▶ _RECORDED INFORMATION_
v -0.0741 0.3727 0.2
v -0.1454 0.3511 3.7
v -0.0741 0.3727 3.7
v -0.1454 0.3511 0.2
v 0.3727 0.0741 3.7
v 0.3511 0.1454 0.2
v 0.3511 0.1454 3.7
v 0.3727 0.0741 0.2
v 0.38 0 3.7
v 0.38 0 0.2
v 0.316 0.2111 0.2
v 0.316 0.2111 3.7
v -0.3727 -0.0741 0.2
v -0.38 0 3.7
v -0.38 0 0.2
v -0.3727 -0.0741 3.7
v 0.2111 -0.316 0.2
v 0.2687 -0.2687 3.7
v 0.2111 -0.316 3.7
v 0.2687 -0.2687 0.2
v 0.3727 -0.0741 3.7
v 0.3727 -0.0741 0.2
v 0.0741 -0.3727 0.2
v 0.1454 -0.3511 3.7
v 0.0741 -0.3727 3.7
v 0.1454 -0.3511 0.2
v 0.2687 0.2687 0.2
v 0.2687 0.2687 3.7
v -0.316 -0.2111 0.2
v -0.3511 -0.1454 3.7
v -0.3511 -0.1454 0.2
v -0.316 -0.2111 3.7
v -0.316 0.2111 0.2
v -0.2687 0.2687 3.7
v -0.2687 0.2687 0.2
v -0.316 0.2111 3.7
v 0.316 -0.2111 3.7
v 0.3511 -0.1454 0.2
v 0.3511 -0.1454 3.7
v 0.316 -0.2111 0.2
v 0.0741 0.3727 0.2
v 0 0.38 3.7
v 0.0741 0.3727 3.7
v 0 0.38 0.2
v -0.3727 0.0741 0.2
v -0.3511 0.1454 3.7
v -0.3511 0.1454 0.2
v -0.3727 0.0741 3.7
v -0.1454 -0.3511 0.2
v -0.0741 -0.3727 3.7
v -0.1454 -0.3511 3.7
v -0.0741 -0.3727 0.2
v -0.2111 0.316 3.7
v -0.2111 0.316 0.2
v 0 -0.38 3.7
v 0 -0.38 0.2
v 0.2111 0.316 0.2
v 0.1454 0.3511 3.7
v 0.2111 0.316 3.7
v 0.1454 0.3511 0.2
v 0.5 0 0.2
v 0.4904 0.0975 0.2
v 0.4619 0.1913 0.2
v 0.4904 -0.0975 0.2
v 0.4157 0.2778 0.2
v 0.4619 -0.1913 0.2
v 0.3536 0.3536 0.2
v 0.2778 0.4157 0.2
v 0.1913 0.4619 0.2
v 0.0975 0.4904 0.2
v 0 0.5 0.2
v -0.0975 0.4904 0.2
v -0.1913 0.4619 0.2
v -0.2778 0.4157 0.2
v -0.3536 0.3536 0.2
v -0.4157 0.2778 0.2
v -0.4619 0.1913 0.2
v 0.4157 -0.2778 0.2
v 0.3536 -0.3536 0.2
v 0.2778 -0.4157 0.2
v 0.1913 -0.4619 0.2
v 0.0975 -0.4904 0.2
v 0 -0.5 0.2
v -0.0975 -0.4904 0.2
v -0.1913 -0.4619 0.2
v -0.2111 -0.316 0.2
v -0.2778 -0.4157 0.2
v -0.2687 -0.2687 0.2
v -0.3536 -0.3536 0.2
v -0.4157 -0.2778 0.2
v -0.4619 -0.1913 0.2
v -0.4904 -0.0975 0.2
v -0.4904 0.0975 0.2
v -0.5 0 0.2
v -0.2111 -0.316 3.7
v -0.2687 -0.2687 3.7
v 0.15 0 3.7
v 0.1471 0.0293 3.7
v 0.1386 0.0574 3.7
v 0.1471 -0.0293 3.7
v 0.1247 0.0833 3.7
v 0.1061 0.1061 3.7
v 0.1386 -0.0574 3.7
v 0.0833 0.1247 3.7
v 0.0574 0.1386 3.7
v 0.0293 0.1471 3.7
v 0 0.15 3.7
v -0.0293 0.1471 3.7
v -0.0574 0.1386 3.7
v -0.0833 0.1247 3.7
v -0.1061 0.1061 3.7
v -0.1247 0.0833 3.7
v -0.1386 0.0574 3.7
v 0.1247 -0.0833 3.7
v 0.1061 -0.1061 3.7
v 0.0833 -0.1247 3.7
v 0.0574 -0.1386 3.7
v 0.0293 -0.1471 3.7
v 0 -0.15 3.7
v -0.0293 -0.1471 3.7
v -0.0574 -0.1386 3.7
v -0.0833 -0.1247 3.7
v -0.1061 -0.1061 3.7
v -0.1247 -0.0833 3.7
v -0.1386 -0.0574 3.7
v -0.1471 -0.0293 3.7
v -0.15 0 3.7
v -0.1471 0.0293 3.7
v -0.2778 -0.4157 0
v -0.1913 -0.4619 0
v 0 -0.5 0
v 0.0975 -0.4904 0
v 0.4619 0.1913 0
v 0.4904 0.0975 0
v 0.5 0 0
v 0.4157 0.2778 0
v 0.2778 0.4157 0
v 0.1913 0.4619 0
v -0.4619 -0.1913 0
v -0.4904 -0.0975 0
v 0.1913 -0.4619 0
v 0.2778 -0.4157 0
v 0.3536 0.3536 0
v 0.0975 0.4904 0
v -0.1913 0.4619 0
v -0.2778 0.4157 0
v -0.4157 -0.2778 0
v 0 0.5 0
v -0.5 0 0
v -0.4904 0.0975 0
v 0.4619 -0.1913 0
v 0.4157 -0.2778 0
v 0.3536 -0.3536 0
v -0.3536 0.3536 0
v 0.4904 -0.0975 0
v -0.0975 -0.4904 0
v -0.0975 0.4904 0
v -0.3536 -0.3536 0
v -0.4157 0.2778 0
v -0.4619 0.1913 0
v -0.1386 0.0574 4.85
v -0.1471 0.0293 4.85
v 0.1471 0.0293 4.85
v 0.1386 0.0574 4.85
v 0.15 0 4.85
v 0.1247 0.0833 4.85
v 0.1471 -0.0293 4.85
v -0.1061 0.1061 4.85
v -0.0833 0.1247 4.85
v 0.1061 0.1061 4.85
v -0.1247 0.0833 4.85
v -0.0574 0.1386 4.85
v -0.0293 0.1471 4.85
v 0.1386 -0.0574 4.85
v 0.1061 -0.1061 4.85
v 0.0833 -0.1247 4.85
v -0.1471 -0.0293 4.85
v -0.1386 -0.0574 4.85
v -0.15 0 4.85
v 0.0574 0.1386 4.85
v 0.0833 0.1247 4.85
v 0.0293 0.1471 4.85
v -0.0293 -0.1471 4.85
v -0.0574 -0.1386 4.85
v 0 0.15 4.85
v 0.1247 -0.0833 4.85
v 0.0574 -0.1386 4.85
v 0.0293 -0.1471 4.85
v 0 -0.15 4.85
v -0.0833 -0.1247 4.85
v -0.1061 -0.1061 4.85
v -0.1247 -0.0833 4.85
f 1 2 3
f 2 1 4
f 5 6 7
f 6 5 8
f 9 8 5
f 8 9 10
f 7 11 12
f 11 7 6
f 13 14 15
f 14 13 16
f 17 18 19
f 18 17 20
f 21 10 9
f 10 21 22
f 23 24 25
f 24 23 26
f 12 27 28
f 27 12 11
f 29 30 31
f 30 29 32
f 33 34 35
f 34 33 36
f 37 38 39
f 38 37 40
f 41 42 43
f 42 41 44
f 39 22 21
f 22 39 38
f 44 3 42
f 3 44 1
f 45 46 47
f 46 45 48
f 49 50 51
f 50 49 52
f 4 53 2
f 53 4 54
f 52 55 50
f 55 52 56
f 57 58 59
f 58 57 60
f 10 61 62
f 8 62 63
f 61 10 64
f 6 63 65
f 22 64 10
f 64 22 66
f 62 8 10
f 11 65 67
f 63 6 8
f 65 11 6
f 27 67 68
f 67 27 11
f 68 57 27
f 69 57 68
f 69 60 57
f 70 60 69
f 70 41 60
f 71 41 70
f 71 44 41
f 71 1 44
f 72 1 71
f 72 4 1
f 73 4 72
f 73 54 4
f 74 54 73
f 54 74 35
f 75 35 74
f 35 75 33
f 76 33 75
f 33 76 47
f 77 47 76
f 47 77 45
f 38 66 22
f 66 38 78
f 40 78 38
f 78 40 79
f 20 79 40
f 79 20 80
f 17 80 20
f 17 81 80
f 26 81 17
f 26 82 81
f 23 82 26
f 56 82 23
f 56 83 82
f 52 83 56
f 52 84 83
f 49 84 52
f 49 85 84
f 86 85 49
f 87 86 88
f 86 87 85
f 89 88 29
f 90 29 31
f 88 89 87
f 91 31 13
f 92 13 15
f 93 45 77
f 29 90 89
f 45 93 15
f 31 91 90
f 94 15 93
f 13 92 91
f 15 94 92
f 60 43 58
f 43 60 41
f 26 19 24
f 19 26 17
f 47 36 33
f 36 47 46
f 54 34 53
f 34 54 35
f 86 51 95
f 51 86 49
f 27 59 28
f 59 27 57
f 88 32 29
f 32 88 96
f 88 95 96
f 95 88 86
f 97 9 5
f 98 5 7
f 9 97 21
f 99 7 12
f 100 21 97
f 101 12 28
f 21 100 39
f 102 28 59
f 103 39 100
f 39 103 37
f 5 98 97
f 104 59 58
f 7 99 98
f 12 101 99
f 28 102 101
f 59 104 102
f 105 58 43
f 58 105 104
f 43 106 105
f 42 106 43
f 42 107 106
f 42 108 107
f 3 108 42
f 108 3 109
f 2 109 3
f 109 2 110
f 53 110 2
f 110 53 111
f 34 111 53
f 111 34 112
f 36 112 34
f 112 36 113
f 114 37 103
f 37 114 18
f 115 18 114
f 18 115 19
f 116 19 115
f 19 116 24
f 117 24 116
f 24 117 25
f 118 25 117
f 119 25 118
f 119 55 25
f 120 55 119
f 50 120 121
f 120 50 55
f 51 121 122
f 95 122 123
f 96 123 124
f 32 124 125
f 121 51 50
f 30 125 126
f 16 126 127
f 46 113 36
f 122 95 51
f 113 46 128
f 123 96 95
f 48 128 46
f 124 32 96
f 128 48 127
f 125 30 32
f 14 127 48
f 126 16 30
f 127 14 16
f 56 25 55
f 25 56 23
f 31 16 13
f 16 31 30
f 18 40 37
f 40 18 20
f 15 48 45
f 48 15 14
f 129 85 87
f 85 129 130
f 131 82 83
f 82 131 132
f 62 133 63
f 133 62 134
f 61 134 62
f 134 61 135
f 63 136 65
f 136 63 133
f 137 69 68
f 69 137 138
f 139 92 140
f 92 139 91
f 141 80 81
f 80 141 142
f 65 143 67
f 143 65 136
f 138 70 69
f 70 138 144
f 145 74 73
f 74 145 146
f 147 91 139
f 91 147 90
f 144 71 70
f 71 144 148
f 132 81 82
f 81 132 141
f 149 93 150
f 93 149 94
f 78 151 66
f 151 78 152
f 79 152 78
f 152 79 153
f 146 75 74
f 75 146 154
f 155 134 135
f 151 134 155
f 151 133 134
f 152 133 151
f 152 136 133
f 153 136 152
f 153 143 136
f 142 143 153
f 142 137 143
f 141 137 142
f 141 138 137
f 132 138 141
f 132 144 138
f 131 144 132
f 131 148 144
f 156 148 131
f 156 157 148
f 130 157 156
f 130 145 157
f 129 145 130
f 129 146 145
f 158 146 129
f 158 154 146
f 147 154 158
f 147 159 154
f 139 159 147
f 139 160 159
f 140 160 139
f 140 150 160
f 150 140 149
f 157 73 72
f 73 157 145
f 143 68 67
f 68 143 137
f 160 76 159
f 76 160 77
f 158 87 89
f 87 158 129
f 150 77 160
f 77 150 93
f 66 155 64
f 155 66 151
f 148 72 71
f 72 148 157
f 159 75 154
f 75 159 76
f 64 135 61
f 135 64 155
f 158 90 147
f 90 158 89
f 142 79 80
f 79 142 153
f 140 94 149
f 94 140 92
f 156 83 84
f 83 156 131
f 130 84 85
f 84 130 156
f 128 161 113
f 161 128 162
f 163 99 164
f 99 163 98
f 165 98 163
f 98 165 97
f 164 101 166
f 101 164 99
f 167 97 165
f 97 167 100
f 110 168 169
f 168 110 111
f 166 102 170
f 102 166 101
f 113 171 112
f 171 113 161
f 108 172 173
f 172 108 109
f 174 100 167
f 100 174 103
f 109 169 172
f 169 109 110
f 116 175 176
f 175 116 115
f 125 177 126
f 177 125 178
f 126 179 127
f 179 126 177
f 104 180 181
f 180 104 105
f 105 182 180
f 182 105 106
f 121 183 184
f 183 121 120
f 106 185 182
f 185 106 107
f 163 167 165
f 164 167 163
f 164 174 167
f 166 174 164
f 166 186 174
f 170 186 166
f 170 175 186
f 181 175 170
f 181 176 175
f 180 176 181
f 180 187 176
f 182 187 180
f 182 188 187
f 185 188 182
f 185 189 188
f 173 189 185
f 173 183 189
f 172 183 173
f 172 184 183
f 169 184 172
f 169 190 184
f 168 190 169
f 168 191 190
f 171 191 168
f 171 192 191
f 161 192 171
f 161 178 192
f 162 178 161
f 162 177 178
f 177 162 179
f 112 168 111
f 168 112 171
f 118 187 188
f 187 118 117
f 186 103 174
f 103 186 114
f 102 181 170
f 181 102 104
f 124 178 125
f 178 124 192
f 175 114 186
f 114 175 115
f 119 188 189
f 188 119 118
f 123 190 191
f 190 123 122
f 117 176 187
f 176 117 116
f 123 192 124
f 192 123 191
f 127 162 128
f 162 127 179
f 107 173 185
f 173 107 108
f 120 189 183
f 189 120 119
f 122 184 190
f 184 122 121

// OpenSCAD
// Parameters
body_diameter_mm = 0.76; //[0.38:1.52:0.01]
overall_height_mm = 4.7; //[2.35:9.4:0.05]
body_height_mm = 3.5; //[1.75:7:0.05]
lever_height_mm = 1.2; //[0.6:2.4:0.05]
lever_diameter_mm = 0.3; //[0.15:0.6:0.01]
base_flange_diameter_mm = 1; //[0.5:2:0.05]
base_flange_thickness_mm = 0.2; //[0.1:0.4:0.01]
overlap_mm = 0.05; //[0.02:0.2:0.01]

// Toggle switch - complete geometry
module toggle() {
  union() {
    // Cylindrical Body
    color("DimGray") translate([0, 0, base_flange_thickness_mm + body_height_mm / 2])
      cylinder(r=body_diameter_mm / 2, h=body_height_mm, center=true, $fn=32);
    
    // Base Flange
    color("Silver") translate([0, 0, base_flange_thickness_mm / 2])
      cylinder(r=base_flange_diameter_mm / 2, h=base_flange_thickness_mm, center=true, $fn=32);
    
    // Toggle Lever
    color("Black") translate([0, 0, base_flange_thickness_mm + body_height_mm + lever_height_mm / 2 - overlap_mm])
      cylinder(r=lever_diameter_mm / 2, h=lever_height_mm, center=true, $fn=32);
  }
}

// Assembly
module assembly() {
  toggle();
}

assembly();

▶ _WHAT YOU WILL DO_
The answer is the run of lines above from the line containing "v 0.38 0 3.7" through the line containing "v -0.2687 0.2687 3.7", copied exactly and alone.

▶ _ANSWER FOR THIS EXERCISE_
v 0.38 0 3.7
v 0.38 0 0.2
v 0.316 0.2111 0.2
v 0.316 0.2111 3.7
v -0.3727 -0.0741 0.2
v -0.38 0 3.7
v -0.38 0 0.2
v -0.3727 -0.0741 3.7
v 0.2111 -0.316 0.2
v 0.2687 -0.2687 3.7
v 0.2111 -0.316 3.7
v 0.2687 -0.2687 0.2
v 0.3727 -0.0741 3.7
v 0.3727 -0.0741 0.2
v 0.0741 -0.3727 0.2
v 0.1454 -0.3511 3.7
v 0.0741 -0.3727 3.7
v 0.1454 -0.3511 0.2
v 0.2687 0.2687 0.2
v 0.2687 0.2687 3.7
v -0.316 -0.2111 0.2
v -0.3511 -0.1454 3.7
v -0.3511 -0.1454 0.2
v -0.316 -0.2111 3.7
v -0.316 0.2111 0.2
v -0.2687 0.2687 3.7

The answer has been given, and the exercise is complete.